▶ _Work task_:
Given the listing below, write out exactly the lines starting with the line that has "v 92 93.5 40" and going on through the line that has "v 329 507 0", both kept.

▶ _Information supplied_:

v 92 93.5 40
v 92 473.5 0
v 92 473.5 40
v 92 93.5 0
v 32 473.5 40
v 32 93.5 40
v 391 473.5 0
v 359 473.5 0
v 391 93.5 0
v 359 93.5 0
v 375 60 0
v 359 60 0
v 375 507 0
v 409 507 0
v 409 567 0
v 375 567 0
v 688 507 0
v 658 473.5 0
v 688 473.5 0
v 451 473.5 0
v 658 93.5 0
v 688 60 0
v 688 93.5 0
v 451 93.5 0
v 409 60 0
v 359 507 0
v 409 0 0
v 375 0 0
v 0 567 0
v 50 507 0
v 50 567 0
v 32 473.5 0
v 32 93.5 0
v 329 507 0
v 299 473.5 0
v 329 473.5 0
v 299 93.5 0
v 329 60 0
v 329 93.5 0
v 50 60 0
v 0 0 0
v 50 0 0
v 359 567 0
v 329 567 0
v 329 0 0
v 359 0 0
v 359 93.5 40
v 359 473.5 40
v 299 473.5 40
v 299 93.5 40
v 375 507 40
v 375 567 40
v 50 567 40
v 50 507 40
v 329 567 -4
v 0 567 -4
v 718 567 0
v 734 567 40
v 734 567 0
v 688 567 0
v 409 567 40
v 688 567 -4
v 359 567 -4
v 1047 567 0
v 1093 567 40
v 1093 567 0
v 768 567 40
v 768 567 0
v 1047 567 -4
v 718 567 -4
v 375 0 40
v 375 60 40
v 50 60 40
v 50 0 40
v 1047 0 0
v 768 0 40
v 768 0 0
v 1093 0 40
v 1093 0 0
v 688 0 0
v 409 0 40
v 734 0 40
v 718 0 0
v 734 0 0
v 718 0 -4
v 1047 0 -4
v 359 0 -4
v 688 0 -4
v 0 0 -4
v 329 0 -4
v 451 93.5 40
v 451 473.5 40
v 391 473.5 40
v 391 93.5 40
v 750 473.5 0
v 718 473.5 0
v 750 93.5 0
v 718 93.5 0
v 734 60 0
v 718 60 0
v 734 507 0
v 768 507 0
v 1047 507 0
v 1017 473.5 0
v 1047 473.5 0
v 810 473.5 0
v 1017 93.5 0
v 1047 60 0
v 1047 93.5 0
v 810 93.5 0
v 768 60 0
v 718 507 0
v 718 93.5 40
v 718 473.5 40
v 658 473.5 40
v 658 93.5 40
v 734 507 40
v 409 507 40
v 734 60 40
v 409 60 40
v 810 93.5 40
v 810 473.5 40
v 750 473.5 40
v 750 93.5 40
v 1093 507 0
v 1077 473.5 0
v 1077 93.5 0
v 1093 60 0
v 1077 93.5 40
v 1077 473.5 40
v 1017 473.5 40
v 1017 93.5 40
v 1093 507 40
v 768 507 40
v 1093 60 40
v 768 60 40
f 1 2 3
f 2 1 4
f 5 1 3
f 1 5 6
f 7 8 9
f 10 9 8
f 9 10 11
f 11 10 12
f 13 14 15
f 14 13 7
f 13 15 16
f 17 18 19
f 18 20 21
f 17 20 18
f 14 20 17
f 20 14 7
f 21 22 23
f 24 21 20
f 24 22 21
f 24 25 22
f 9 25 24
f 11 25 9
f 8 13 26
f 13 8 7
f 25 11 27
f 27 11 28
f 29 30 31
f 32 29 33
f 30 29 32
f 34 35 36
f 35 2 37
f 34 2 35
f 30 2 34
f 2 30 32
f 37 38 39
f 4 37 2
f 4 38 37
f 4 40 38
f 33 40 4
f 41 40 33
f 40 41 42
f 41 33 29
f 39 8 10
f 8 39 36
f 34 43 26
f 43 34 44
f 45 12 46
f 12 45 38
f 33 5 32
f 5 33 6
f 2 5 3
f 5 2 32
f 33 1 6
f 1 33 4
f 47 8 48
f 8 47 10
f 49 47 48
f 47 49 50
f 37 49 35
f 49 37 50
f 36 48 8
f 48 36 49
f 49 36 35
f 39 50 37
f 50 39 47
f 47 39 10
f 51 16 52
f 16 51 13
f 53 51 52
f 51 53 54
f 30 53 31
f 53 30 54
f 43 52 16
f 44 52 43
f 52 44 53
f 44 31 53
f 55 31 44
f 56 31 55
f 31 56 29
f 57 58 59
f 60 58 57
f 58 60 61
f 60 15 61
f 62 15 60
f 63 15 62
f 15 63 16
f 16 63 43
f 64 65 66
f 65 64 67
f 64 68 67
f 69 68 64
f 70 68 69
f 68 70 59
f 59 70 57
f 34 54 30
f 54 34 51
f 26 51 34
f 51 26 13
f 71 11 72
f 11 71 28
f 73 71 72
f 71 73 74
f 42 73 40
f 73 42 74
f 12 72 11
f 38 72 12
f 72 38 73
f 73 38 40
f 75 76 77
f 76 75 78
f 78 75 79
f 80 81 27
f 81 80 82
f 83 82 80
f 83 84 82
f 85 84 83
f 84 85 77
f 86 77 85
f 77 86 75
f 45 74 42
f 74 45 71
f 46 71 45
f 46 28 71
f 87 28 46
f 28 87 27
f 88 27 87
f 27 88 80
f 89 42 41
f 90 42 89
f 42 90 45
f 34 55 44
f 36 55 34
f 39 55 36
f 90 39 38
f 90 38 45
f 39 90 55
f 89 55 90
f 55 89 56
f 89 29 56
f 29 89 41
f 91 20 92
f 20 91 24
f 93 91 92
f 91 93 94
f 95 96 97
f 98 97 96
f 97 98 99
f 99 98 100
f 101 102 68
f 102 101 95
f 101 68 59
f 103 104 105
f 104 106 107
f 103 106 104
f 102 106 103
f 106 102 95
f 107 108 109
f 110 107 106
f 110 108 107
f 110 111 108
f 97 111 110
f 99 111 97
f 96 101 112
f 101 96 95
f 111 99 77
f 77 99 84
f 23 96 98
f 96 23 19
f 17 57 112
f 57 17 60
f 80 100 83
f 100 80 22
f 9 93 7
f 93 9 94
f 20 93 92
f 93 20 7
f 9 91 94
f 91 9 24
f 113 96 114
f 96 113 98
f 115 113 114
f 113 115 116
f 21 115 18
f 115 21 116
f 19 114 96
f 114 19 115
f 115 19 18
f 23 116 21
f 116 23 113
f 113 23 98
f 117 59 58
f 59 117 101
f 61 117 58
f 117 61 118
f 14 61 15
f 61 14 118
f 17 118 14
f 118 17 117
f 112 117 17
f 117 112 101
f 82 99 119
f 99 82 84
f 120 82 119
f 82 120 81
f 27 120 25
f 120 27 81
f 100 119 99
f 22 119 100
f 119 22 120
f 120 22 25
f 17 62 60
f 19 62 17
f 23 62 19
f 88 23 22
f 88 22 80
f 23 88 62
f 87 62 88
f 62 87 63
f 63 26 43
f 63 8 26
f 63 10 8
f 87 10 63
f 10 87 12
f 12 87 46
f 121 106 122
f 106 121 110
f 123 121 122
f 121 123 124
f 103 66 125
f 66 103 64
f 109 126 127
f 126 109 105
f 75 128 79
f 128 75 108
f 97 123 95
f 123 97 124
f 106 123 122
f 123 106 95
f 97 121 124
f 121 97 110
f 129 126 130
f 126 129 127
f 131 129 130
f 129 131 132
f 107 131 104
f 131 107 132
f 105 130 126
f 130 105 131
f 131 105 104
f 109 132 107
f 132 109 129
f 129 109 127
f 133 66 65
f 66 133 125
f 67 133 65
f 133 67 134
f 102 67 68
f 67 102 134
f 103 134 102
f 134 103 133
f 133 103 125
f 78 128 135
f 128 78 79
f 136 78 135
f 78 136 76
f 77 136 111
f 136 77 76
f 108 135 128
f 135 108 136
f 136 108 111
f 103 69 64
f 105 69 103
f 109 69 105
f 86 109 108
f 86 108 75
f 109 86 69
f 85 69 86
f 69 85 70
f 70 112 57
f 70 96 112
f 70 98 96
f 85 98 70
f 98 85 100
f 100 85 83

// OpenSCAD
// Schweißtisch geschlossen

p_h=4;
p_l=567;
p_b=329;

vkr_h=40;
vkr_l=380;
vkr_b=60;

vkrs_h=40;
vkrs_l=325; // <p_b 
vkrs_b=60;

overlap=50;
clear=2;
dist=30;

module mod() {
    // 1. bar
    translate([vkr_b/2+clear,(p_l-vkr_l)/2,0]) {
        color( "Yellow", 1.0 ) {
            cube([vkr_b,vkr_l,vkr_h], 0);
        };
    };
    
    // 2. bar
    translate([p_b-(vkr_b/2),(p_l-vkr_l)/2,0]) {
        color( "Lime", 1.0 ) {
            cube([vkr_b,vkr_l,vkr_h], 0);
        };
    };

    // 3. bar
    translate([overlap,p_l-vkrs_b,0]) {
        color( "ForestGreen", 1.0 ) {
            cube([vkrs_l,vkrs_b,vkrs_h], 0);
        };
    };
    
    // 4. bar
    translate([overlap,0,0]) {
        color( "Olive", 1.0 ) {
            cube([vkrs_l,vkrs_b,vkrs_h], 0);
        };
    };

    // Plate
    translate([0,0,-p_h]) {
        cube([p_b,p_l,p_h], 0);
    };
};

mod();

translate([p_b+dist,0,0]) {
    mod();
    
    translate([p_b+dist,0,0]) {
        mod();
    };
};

--

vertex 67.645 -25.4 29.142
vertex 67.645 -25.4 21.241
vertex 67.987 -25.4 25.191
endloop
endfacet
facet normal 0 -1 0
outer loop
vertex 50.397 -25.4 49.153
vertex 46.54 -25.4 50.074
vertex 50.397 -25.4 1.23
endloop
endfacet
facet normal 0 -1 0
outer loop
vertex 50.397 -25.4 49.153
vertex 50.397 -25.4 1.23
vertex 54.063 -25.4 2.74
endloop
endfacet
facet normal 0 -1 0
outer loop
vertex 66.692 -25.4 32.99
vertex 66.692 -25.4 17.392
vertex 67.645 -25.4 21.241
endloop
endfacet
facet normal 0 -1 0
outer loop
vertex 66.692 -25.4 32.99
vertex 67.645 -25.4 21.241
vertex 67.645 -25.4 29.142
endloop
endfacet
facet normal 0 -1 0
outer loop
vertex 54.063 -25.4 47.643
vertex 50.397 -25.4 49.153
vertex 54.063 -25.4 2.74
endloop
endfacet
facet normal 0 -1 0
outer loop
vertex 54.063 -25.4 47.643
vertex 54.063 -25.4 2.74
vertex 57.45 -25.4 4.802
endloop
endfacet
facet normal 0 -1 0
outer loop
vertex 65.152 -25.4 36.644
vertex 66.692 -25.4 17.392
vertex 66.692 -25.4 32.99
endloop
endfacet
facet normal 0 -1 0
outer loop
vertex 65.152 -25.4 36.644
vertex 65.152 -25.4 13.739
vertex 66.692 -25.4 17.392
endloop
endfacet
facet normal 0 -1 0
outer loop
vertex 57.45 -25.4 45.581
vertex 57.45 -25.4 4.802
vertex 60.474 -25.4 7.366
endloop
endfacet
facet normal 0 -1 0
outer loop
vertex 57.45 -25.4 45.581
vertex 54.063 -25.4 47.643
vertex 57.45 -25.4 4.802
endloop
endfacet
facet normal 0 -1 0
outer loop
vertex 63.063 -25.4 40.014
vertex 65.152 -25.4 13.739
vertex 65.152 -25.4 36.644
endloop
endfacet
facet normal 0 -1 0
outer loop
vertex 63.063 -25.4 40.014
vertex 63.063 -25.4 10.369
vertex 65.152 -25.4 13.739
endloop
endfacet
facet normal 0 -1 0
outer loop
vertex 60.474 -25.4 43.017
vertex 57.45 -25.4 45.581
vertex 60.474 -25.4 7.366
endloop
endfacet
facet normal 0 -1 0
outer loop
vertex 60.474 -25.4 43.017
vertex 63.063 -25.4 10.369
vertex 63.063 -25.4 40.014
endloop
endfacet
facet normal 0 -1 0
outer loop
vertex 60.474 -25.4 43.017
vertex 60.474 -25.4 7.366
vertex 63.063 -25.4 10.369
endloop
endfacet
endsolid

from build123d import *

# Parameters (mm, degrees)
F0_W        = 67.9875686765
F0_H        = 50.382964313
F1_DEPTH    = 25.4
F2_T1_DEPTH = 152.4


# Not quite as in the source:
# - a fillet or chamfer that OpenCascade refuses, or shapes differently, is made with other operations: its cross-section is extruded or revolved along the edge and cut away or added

▶ _Exercise response_:
v 92 93.5 40
v 92 473.5 0
v 92 473.5 40
v 92 93.5 0
v 32 473.5 40
v 32 93.5 40
v 391 473.5 0
v 359 473.5 0
v 391 93.5 0
v 359 93.5 0
v 375 60 0
v 359 60 0
v 375 507 0
v 409 507 0
v 409 567 0
v 375 567 0
v 688 507 0
v 658 473.5 0
v 688 473.5 0
v 451 473.5 0
v 658 93.5 0
v 688 60 0
v 688 93.5 0
v 451 93.5 0
v 409 60 0
v 359 507 0
v 409 0 0
v 375 0 0
v 0 567 0
v 50 507 0
v 50 567 0
v 32 473.5 0
v 32 93.5 0
v 329 507 0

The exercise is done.